Copy the records that follow exactly, leaving nothing out.

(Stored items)
######
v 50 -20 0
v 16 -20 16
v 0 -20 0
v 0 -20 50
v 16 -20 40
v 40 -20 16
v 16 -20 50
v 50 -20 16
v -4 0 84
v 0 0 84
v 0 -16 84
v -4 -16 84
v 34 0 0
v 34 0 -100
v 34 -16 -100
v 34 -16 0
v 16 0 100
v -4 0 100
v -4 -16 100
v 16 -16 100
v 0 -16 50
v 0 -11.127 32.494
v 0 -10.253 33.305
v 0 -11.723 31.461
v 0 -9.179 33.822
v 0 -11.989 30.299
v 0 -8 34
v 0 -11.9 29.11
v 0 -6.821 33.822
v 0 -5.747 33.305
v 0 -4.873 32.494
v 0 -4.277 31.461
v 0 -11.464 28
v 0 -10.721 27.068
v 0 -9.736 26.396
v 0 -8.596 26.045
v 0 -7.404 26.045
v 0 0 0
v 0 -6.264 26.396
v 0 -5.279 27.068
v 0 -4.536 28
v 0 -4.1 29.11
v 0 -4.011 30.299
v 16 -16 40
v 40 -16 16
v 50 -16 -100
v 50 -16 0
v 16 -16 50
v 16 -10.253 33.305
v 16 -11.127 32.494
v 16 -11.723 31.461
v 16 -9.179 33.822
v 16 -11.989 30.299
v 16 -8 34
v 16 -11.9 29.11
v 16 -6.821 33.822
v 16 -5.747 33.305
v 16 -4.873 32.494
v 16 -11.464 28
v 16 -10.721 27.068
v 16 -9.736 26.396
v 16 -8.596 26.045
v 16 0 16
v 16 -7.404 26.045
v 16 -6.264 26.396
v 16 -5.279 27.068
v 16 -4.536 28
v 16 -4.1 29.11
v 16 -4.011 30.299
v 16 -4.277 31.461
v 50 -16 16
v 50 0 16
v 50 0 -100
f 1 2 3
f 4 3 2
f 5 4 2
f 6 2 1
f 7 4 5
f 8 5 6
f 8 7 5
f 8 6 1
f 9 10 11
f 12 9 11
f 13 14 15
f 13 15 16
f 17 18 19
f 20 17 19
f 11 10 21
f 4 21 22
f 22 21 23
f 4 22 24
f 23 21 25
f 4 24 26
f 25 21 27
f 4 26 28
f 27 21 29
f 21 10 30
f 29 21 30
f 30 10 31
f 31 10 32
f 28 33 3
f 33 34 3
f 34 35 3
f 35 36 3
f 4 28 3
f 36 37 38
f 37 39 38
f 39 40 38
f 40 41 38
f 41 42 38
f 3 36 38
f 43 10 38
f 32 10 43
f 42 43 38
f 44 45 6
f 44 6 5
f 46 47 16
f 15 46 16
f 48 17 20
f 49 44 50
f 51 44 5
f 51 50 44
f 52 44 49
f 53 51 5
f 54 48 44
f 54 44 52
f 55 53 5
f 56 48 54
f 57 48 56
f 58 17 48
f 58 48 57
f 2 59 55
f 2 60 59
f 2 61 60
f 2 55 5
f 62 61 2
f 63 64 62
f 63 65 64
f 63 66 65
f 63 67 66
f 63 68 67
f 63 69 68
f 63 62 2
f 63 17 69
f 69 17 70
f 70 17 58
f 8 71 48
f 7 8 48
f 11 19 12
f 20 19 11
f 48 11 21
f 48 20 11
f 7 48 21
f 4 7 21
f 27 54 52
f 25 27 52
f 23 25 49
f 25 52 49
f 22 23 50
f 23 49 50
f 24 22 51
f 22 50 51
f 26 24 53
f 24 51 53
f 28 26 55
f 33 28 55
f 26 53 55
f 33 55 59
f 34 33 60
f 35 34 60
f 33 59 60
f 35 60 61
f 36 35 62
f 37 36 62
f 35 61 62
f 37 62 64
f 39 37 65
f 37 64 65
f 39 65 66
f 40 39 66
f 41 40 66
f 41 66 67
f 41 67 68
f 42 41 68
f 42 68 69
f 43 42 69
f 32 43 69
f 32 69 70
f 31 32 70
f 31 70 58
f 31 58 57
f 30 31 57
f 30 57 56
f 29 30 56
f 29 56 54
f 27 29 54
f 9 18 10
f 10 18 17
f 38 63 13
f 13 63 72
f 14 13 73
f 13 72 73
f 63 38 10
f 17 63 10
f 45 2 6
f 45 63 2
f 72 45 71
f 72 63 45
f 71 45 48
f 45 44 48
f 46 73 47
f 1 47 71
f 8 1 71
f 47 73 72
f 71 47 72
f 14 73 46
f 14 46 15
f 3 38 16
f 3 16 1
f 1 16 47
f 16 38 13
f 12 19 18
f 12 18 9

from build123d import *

# Parameters (mm, degrees)
PAD_DEPTH    = 16
PAD001_DEPTH = 4
SKETCH002_R  = 4
POCKET_DEPTH = 16.001
SKETCH003_W  = 16
SKETCH003_H  = 16
PAD002_DEPTH = 4


with BuildPart() as part:
    # Sketch → Pad (new body)
    with BuildSketch(Plane.XZ):
        Polygon((0, 0), (0, 100), (16, 100), (16, 16), (50, 16), (50, -100), (34, -100), (34, 0), align=None)
    extrude(amount=PAD_DEPTH)

    # Sketch001 (on Face10 of Pad) → Pad001 (join)
    with BuildSketch(Plane.XZ.offset(16)):
        Polygon((0, 0), (50, 0), (50, 16), (16, 50), (0, 50), align=None)
        Polygon((16, 16), (40, 16), (16, 40), align=None, mode=Mode.SUBTRACT)
    extrude(amount=PAD001_DEPTH)

    # Sketch002 (on Face14 of Pad001) → Pocket (cut, through all)
    with BuildSketch(Plane(origin=(16, 0, 0), x_dir=(0, 0, 1), z_dir=(1, 0, 0))):
        with Locations((30, 8)):
            Circle(SKETCH002_R)
    extrude(amount=-POCKET_DEPTH, mode=Mode.SUBTRACT)

    # Sketch003 (on Face2 of Pocket) → Pad002 (join)
    with BuildSketch(Plane(origin=(0, 0, 0), x_dir=(0, 0, -1), z_dir=(-1, 0, 0))):
        with Locations((-92, 8)):
            Rectangle(SKETCH003_W, SKETCH003_H)
    extrude(amount=PAD002_DEPTH)


solid = part.part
######
### Reply to the task
v 50 -20 0
v 16 -20 16
v 0 -20 0
v 0 -20 50
v 16 -20 40
v 40 -20 16
v 16 -20 50
v 50 -20 16
v -4 0 84
v 0 0 84
v 0 -16 84
v -4 -16 84
v 34 0 0
v 34 0 -100
v 34 -16 -100
v 34 -16 0
v 16 0 100
v -4 0 100
v -4 -16 100
v 16 -16 100
v 0 -16 50
v 0 -11.127 32.494
v 0 -10.253 33.305
v 0 -11.723 31.461
v 0 -9.179 33.822
v 0 -11.989 30.299
v 0 -8 34
v 0 -11.9 29.11
v 0 -6.821 33.822
v 0 -5.747 33.305
v 0 -4.873 32.494
v 0 -4.277 31.461
v 0 -11.464 28
v 0 -10.721 27.068
v 0 -9.736 26.396
v 0 -8.596 26.045
v 0 -7.404 26.045
v 0 0 0
v 0 -6.264 26.396
v 0 -5.279 27.068
v 0 -4.536 28
v 0 -4.1 29.11
v 0 -4.011 30.299
v 16 -16 40
v 40 -16 16
v 50 -16 -100
v 50 -16 0
v 16 -16 50
v 16 -10.253 33.305
v 16 -11.127 32.494
v 16 -11.723 31.461
v 16 -9.179 33.822
v 16 -11.989 30.299
v 16 -8 34
v 16 -11.9 29.11
v 16 -6.821 33.822
v 16 -5.747 33.305
v 16 -4.873 32.494
v 16 -11.464 28
v 16 -10.721 27.068
v 16 -9.736 26.396
v 16 -8.596 26.045
v 16 0 16
v 16 -7.404 26.045
v 16 -6.264 26.396
v 16 -5.279 27.068
v 16 -4.536 28
v 16 -4.1 29.11
v 16 -4.011 30.299
v 16 -4.277 31.461
v 50 -16 16
v 50 0 16
v 50 0 -100
f 1 2 3
f 4 3 2
f 5 4 2
f 6 2 1
f 7 4 5
f 8 5 6
f 8 7 5
f 8 6 1
f 9 10 11
f 12 9 11
f 13 14 15
f 13 15 16
f 17 18 19
f 20 17 19
f 11 10 21
f 4 21 22
f 22 21 23
f 4 22 24
f 23 21 25
f 4 24 26
f 25 21 27
f 4 26 28
f 27 21 29
f 21 10 30
f 29 21 30
f 30 10 31
f 31 10 32
f 28 33 3
f 33 34 3
f 34 35 3
f 35 36 3
f 4 28 3
f 36 37 38
f 37 39 38
f 39 40 38
f 40 41 38
f 41 42 38
f 3 36 38
f 43 10 38
f 32 10 43
f 42 43 38
f 44 45 6
f 44 6 5
f 46 47 16
f 15 46 16
f 48 17 20
f 49 44 50
f 51 44 5
f 51 50 44
f 52 44 49
f 53 51 5
f 54 48 44
f 54 44 52
f 55 53 5
f 56 48 54
f 57 48 56
f 58 17 48
f 58 48 57
f 2 59 55
f 2 60 59
f 2 61 60
f 2 55 5
f 62 61 2
f 63 64 62
f 63 65 64
f 63 66 65
f 63 67 66
f 63 68 67
f 63 69 68
f 63 62 2
f 63 17 69
f 69 17 70
f 70 17 58
f 8 71 48
f 7 8 48
f 11 19 12
f 20 19 11
f 48 11 21
f 48 20 11
f 7 48 21
f 4 7 21
f 27 54 52
f 25 27 52
f 23 25 49
f 25 52 49
f 22 23 50
f 23 49 50
f 24 22 51
f 22 50 51
f 26 24 53
f 24 51 53
f 28 26 55
f 33 28 55
f 26 53 55
f 33 55 59
f 34 33 60
f 35 34 60
f 33 59 60
f 35 60 61
f 36 35 62
f 37 36 62
f 35 61 62
f 37 62 64
f 39 37 65
f 37 64 65
f 39 65 66
f 40 39 66
f 41 40 66
f 41 66 67
f 41 67 68
f 42 41 68
f 42 68 69
f 43 42 69
f 32 43 69
f 32 69 70
f 31 32 70
f 31 70 58
f 31 58 57
f 30 31 57
f 30 57 56
f 29 30 56
f 29 56 54
f 27 29 54
f 9 18 10
f 10 18 17
f 38 63 13
f 13 63 72
f 14 13 73
f 13 72 73
f 63 38 10
f 17 63 10
f 45 2 6
f 45 63 2
f 72 45 71
f 72 63 45
f 71 45 48
f 45 44 48
f 46 73 47
f 1 47 71
f 8 1 71
f 47 73 72
f 71 47 72
f 14 73 46
f 14 46 15
f 3 38 16
f 3 16 1
f 1 16 47
f 16 38 13
f 12 19 18
f 12 18 9

from build123d import *

# Parameters (mm, degrees)
PAD_DEPTH    = 16
PAD001_DEPTH = 4
SKETCH002_R  = 4
POCKET_DEPTH = 16.001
SKETCH003_W  = 16
SKETCH003_H  = 16
PAD002_DEPTH = 4


with BuildPart() as part:
    # Sketch → Pad (new body)
    with BuildSketch(Plane.XZ):
        Polygon((0, 0), (0, 100), (16, 100), (16, 16), (50, 16), (50, -100), (34, -100), (34, 0), align=None)
    extrude(amount=PAD_DEPTH)

    # Sketch001 (on Face10 of Pad) → Pad001 (join)
    with BuildSketch(Plane.XZ.offset(16)):
        Polygon((0, 0), (50, 0), (50, 16), (16, 50), (0, 50), align=None)
        Polygon((16, 16), (40, 16), (16, 40), align=None, mode=Mode.SUBTRACT)
    extrude(amount=PAD001_DEPTH)

    # Sketch002 (on Face14 of Pad001) → Pocket (cut, through all)
    with BuildSketch(Plane(origin=(16, 0, 0), x_dir=(0, 0, 1), z_dir=(1, 0, 0))):
        with Locations((30, 8)):
            Circle(SKETCH002_R)
    extrude(amount=-POCKET_DEPTH, mode=Mode.SUBTRACT)

    # Sketch003 (on Face2 of Pocket) → Pad002 (join)
    with BuildSketch(Plane(origin=(0, 0, 0), x_dir=(0, 0, -1), z_dir=(-1, 0, 0))):
        with Locations((-92, 8)):
            Rectangle(SKETCH003_W, SKETCH003_H)
    extrude(amount=PAD002_DEPTH)


solid = part.part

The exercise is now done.